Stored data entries
%%
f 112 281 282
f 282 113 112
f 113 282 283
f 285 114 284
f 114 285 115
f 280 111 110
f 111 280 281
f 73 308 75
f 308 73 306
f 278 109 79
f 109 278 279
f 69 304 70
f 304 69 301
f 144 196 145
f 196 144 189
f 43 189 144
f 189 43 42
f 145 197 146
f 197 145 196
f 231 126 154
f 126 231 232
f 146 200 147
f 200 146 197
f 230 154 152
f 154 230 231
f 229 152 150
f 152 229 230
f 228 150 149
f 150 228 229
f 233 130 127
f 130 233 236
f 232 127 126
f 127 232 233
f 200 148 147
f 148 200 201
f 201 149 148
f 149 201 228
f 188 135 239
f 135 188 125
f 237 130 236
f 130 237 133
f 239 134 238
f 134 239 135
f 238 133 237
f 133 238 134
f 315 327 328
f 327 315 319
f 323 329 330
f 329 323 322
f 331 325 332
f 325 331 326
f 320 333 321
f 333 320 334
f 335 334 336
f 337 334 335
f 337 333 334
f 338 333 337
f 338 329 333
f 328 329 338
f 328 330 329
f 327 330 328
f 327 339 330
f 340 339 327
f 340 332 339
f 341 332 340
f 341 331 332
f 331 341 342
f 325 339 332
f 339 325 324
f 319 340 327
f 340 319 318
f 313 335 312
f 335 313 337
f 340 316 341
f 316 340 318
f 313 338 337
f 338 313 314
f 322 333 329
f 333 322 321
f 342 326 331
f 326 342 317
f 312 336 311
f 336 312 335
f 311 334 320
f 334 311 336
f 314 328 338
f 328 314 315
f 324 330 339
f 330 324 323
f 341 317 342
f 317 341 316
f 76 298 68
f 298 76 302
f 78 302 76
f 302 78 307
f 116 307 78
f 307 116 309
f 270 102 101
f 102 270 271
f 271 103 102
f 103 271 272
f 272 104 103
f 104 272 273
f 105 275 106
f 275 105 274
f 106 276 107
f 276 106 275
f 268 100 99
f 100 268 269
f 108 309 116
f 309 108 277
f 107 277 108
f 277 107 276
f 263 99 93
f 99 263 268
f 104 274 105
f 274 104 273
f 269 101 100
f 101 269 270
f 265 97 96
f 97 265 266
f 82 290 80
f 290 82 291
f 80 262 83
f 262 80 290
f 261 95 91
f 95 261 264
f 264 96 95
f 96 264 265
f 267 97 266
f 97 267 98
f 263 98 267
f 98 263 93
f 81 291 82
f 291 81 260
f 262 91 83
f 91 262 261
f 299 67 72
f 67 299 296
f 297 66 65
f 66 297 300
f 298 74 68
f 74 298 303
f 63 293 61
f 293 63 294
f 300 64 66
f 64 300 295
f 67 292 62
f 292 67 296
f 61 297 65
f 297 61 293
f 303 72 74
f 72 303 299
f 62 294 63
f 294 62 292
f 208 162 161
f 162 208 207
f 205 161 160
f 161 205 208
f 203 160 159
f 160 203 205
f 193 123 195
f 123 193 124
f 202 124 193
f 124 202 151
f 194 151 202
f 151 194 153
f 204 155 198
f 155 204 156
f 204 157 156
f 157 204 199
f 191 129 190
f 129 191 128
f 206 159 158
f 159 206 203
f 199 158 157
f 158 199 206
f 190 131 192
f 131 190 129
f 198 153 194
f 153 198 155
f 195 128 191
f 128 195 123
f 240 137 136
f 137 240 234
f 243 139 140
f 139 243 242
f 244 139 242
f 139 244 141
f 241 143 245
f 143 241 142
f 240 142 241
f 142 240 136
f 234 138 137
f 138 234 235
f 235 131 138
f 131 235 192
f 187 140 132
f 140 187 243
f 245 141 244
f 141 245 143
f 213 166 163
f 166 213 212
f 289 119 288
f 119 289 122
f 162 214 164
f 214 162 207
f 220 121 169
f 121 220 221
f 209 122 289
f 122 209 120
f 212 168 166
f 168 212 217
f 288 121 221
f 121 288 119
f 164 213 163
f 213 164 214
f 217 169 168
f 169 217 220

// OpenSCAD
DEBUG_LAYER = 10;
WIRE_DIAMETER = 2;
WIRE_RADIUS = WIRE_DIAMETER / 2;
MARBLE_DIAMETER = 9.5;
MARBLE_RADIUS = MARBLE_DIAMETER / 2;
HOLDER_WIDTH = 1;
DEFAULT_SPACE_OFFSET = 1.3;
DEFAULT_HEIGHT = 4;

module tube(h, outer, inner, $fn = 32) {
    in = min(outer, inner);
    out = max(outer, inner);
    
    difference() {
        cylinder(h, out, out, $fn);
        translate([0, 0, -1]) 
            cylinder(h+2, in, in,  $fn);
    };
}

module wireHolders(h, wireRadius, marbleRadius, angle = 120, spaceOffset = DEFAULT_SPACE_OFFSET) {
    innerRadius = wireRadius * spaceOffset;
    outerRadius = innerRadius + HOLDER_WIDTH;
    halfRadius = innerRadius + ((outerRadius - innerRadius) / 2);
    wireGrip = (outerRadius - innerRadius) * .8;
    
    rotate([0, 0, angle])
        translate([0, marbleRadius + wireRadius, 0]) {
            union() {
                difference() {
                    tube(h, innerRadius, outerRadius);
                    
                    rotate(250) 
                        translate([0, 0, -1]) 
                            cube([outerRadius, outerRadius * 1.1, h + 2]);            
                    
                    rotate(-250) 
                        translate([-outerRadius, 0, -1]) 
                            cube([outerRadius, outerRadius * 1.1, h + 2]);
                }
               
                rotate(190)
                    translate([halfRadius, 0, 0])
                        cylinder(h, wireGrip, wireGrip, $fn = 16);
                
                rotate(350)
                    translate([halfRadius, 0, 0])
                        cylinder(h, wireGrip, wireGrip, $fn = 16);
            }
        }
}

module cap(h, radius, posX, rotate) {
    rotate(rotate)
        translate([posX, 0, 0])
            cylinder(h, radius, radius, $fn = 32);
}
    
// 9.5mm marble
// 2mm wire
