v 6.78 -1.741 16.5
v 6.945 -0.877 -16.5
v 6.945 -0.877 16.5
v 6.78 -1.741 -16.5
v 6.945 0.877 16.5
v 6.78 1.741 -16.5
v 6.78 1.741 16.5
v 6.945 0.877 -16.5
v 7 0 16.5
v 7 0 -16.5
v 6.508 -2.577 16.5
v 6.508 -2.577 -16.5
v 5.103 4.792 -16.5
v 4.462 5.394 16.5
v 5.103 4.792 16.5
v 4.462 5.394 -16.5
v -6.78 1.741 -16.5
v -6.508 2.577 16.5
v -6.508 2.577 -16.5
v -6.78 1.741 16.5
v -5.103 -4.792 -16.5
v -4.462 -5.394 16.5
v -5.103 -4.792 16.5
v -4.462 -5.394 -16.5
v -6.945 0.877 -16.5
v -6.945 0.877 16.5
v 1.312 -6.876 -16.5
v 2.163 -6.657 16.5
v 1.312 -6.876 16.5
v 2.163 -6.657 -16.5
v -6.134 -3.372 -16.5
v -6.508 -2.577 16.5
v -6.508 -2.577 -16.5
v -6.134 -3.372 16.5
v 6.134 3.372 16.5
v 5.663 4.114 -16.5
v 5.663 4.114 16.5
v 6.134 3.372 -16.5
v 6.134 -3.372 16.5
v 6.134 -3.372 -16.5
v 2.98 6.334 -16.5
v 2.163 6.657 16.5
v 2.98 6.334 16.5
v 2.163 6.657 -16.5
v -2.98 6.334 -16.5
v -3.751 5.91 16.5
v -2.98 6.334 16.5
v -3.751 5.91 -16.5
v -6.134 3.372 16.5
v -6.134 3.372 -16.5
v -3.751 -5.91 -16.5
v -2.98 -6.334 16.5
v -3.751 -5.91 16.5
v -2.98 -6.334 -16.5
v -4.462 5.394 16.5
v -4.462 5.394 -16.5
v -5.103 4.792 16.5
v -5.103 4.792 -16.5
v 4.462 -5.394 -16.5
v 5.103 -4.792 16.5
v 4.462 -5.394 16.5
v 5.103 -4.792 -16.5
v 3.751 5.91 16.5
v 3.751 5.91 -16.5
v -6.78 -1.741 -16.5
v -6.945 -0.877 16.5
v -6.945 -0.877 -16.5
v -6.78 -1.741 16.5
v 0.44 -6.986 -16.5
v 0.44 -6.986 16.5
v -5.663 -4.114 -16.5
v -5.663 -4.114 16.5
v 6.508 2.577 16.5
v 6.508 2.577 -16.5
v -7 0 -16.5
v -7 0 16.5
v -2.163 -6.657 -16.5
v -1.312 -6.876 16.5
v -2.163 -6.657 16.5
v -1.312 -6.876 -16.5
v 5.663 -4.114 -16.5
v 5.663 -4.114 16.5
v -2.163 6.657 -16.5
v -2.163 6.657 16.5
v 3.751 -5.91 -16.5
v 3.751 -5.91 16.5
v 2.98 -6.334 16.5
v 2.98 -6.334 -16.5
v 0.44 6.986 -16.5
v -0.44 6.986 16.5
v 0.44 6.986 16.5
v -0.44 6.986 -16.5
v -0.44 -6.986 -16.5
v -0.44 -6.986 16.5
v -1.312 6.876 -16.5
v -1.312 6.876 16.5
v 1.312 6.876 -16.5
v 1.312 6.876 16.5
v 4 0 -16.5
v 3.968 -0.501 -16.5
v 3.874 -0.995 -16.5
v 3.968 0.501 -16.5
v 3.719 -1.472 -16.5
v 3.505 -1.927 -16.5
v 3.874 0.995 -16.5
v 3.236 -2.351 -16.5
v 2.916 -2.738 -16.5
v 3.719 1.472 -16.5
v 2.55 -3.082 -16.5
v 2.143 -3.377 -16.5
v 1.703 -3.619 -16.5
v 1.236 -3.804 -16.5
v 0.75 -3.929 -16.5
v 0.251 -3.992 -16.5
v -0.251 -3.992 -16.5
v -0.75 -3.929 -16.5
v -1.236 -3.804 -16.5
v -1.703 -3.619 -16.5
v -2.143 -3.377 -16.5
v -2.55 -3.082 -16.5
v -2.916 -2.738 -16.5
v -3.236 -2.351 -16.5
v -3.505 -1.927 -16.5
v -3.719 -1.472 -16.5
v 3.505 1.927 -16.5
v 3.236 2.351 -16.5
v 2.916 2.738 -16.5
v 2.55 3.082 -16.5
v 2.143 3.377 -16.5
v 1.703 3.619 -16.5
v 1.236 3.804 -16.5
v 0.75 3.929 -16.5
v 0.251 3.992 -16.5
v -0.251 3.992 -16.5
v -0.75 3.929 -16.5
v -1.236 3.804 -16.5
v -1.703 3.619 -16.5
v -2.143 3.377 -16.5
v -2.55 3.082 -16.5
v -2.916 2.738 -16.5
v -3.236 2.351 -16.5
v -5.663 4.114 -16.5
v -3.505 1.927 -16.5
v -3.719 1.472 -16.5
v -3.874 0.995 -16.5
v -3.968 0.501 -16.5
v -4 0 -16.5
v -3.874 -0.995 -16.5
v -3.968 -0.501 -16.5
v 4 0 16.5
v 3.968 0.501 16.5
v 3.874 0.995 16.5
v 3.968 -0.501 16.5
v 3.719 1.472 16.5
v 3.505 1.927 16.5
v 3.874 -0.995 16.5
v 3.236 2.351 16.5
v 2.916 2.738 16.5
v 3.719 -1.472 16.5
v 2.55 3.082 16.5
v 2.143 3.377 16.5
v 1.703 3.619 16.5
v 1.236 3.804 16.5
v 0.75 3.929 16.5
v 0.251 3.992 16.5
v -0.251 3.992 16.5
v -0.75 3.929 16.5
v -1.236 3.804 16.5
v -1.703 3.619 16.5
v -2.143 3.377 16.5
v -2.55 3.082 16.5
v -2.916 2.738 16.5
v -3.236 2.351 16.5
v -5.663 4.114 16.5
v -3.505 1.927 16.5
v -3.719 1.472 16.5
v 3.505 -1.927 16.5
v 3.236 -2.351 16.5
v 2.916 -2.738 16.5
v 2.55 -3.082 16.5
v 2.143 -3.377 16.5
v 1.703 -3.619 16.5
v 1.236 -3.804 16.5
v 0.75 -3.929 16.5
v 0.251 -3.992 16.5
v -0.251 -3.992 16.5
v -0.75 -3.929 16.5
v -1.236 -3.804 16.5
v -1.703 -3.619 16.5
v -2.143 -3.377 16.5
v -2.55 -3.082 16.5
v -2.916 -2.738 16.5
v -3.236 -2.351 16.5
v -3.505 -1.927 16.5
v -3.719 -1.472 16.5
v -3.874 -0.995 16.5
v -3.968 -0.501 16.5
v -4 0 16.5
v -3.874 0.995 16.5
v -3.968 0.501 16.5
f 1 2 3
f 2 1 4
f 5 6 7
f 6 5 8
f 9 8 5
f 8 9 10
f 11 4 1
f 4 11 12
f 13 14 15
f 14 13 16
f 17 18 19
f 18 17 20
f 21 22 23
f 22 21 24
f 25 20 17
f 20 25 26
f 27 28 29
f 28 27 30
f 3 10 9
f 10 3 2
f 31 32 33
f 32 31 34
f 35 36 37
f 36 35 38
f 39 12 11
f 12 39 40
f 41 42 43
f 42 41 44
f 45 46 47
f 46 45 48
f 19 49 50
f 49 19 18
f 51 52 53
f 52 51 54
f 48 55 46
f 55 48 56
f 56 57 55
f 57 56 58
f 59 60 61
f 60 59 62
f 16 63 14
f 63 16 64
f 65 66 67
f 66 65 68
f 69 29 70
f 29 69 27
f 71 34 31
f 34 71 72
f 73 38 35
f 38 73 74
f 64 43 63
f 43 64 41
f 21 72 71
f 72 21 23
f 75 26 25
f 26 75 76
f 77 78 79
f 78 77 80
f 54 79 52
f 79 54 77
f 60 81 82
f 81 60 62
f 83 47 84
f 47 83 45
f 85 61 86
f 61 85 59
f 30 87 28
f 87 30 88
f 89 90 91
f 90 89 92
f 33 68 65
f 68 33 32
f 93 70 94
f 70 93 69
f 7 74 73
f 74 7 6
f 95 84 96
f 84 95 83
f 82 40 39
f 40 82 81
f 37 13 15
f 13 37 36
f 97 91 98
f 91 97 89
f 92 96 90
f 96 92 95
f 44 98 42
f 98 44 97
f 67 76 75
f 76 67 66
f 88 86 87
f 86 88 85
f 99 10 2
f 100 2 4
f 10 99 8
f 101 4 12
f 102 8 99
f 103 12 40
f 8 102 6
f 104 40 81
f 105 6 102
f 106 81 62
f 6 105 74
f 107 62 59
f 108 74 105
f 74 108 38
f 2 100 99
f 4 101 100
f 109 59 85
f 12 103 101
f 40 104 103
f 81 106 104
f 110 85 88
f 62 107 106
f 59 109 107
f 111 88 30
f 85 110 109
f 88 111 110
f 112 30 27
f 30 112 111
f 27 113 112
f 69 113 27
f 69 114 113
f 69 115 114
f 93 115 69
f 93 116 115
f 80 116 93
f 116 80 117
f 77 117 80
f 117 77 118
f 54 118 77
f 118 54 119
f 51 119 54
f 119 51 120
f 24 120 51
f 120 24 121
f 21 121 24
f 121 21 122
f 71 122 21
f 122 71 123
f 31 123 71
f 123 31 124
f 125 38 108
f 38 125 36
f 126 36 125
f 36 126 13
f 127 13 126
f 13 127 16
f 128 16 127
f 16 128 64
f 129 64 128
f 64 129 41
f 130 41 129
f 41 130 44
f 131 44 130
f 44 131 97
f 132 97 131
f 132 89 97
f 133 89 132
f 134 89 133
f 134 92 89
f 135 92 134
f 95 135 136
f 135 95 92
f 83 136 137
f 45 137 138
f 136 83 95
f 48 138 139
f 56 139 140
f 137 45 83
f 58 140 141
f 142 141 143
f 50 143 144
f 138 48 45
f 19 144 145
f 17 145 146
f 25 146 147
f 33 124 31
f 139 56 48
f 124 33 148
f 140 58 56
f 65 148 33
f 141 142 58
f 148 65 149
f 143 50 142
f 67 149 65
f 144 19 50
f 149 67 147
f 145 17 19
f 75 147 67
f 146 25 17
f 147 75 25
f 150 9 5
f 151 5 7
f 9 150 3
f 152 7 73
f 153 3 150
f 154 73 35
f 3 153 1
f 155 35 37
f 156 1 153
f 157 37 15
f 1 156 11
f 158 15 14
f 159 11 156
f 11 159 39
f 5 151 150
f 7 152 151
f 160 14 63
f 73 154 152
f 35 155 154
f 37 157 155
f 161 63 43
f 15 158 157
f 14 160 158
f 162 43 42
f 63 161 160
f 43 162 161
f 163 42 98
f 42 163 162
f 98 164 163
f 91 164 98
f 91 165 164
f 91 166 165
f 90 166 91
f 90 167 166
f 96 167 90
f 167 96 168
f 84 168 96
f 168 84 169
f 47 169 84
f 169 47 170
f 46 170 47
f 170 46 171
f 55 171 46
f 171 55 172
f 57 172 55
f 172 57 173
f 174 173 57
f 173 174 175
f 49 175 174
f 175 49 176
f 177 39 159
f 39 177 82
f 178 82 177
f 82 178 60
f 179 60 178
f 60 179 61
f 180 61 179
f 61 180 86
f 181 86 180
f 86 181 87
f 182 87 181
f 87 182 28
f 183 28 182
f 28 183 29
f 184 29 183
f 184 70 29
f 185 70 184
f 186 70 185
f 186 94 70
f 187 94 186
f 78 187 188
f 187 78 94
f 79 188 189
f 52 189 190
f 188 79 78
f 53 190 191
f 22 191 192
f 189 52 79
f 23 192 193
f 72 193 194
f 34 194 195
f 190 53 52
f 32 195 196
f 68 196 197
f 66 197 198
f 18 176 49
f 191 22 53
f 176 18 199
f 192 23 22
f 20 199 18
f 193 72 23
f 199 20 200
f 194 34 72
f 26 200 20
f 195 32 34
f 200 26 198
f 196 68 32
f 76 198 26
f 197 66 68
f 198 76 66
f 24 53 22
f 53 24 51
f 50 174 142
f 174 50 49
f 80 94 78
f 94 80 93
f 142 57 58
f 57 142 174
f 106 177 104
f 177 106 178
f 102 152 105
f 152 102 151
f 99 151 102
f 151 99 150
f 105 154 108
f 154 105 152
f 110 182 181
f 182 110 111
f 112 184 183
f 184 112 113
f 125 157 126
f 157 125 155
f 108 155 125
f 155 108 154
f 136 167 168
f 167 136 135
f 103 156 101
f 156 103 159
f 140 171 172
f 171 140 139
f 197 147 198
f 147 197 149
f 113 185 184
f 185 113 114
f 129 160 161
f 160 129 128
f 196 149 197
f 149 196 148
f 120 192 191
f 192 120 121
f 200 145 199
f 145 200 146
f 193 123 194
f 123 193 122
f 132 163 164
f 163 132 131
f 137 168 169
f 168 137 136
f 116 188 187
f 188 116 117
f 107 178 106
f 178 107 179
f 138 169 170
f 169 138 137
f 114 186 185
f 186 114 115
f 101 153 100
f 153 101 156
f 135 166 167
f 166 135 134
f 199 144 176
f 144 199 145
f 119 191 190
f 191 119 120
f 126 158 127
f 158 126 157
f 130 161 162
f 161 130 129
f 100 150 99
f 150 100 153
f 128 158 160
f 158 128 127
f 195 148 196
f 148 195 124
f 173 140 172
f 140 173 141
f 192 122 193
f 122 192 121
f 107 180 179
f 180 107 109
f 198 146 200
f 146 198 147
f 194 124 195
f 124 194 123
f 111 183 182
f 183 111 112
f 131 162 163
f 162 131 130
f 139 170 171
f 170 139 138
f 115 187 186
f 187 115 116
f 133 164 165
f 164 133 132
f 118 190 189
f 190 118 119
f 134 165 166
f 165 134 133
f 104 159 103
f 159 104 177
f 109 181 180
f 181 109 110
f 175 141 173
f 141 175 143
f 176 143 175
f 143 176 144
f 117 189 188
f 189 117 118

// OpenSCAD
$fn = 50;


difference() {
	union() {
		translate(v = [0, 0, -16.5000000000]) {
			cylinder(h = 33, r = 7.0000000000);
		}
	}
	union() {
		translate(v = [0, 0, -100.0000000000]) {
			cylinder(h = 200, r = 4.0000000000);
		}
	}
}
%%
**WHAT YOU ARE ASKED TO DO:**
In the data above, find the line that contains "f 191 129 190" and the line that contains "translate([-outerRadius, 0, -1])". Repeat exactly those lines and every line between them, and only those.

**YOUR SOLUTION:**
f 191 129 190
f 129 191 128
f 206 159 158
f 159 206 203
f 199 158 157
f 158 199 206
f 190 131 192
f 131 190 129
f 198 153 194
f 153 198 155
f 195 128 191
f 128 195 123
f 240 137 136
f 137 240 234
f 243 139 140
f 139 243 242
f 244 139 242
f 139 244 141
f 241 143 245
f 143 241 142
f 240 142 241
f 142 240 136
f 234 138 137
f 138 234 235
f 235 131 138
f 131 235 192
f 187 140 132
f 140 187 243
f 245 141 244
f 141 245 143
f 213 166 163
f 166 213 212
f 289 119 288
f 119 289 122
f 162 214 164
f 214 162 207
f 220 121 169
f 121 220 221
f 209 122 289
f 122 209 120
f 212 168 166
f 168 212 217
f 288 121 221
f 121 288 119
f 164 213 163
f 213 164 214
f 217 169 168
f 169 217 220

// OpenSCAD
DEBUG_LAYER = 10;
WIRE_DIAMETER = 2;
WIRE_RADIUS = WIRE_DIAMETER / 2;
MARBLE_DIAMETER = 9.5;
MARBLE_RADIUS = MARBLE_DIAMETER / 2;
HOLDER_WIDTH = 1;
DEFAULT_SPACE_OFFSET = 1.3;
DEFAULT_HEIGHT = 4;

module tube(h, outer, inner, $fn = 32) {
    in = min(outer, inner);
    out = max(outer, inner);
    
    difference() {
        cylinder(h, out, out, $fn);
        translate([0, 0, -1]) 
            cylinder(h+2, in, in,  $fn);
    };
}

module wireHolders(h, wireRadius, marbleRadius, angle = 120, spaceOffset = DEFAULT_SPACE_OFFSET) {
    innerRadius = wireRadius * spaceOffset;
    outerRadius = innerRadius + HOLDER_WIDTH;
    halfRadius = innerRadius + ((outerRadius - innerRadius) / 2);
    wireGrip = (outerRadius - innerRadius) * .8;
    
    rotate([0, 0, angle])
        translate([0, marbleRadius + wireRadius, 0]) {
            union() {
                difference() {
                    tube(h, innerRadius, outerRadius);
                    
                    rotate(250) 
                        translate([0, 0, -1]) 
                            cube([outerRadius, outerRadius * 1.1, h + 2]);            
                    
                    rotate(-250) 
                        translate([-outerRadius, 0, -1]) 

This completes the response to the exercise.